→ WORK TO BE COMPLETED
From the data below, return all lines holding the string "origin".

→ DATA PROVIDED
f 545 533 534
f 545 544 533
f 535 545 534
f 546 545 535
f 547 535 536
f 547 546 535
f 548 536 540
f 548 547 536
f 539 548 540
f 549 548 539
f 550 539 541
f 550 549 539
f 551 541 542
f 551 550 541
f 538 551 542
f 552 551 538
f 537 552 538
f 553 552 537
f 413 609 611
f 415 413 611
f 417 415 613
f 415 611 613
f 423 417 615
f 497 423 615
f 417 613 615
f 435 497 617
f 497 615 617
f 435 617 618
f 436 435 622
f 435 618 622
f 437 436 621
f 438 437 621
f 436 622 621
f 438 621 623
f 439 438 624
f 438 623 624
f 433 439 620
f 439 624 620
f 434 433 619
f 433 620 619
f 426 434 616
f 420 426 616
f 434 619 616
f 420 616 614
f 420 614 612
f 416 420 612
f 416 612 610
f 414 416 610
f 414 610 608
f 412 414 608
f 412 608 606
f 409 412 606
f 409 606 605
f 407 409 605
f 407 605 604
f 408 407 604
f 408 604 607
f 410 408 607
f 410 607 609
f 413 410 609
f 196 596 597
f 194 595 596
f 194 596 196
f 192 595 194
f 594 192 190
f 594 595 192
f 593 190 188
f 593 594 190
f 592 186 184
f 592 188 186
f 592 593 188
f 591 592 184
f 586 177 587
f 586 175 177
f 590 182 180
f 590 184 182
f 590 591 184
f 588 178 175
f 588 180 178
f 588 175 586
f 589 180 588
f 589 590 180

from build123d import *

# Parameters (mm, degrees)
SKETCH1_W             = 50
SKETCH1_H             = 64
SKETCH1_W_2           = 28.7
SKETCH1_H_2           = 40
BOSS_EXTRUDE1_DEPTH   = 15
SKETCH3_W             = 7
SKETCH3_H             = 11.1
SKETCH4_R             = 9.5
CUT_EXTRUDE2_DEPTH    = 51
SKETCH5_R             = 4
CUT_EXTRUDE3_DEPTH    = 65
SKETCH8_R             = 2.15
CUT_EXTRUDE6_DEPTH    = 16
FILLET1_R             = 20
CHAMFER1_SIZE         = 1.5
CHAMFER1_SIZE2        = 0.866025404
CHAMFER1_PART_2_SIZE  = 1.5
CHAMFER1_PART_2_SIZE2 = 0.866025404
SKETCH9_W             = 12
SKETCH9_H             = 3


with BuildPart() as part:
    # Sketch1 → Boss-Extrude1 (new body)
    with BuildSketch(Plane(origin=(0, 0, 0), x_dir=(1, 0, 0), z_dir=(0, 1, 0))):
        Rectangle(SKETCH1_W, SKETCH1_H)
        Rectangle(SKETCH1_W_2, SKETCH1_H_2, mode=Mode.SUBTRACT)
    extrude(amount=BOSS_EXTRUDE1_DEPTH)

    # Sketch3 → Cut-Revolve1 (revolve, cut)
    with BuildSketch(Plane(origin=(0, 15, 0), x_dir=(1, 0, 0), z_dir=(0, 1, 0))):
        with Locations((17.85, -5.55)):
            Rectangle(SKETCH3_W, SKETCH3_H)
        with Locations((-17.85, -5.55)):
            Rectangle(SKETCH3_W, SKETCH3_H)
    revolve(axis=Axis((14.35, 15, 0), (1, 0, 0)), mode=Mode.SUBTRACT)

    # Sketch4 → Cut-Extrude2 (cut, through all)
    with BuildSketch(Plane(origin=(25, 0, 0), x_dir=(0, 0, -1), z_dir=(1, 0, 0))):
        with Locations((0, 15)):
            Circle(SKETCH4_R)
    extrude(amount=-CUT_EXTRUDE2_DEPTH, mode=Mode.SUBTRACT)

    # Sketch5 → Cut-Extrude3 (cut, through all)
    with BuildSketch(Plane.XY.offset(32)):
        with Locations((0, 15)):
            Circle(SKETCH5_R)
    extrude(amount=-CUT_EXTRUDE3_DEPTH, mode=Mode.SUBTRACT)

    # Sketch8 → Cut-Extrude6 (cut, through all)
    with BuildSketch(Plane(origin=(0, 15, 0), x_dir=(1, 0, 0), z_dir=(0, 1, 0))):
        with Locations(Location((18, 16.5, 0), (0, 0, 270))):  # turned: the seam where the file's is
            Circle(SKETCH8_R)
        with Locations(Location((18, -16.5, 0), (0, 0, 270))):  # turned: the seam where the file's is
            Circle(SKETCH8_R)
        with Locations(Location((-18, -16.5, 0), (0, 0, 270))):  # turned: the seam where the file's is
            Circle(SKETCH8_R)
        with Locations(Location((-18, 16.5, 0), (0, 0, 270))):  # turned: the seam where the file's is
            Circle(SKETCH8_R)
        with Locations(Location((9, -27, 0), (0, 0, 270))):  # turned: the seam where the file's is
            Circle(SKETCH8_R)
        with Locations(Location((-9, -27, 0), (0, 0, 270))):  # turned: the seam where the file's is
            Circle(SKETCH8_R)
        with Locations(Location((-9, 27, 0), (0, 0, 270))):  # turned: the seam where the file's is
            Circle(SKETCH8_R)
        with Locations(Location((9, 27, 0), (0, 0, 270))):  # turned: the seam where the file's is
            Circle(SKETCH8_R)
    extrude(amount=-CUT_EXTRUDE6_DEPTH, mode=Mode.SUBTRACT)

→ RESPONSE TO THIS EXERCISE
    with BuildSketch(Plane(origin=(0, 0, 0), x_dir=(1, 0, 0), z_dir=(0, 1, 0))):
    with BuildSketch(Plane(origin=(0, 15, 0), x_dir=(1, 0, 0), z_dir=(0, 1, 0))):
    with BuildSketch(Plane(origin=(25, 0, 0), x_dir=(0, 0, -1), z_dir=(1, 0, 0))):
    with BuildSketch(Plane(origin=(0, 15, 0), x_dir=(1, 0, 0), z_dir=(0, 1, 0))):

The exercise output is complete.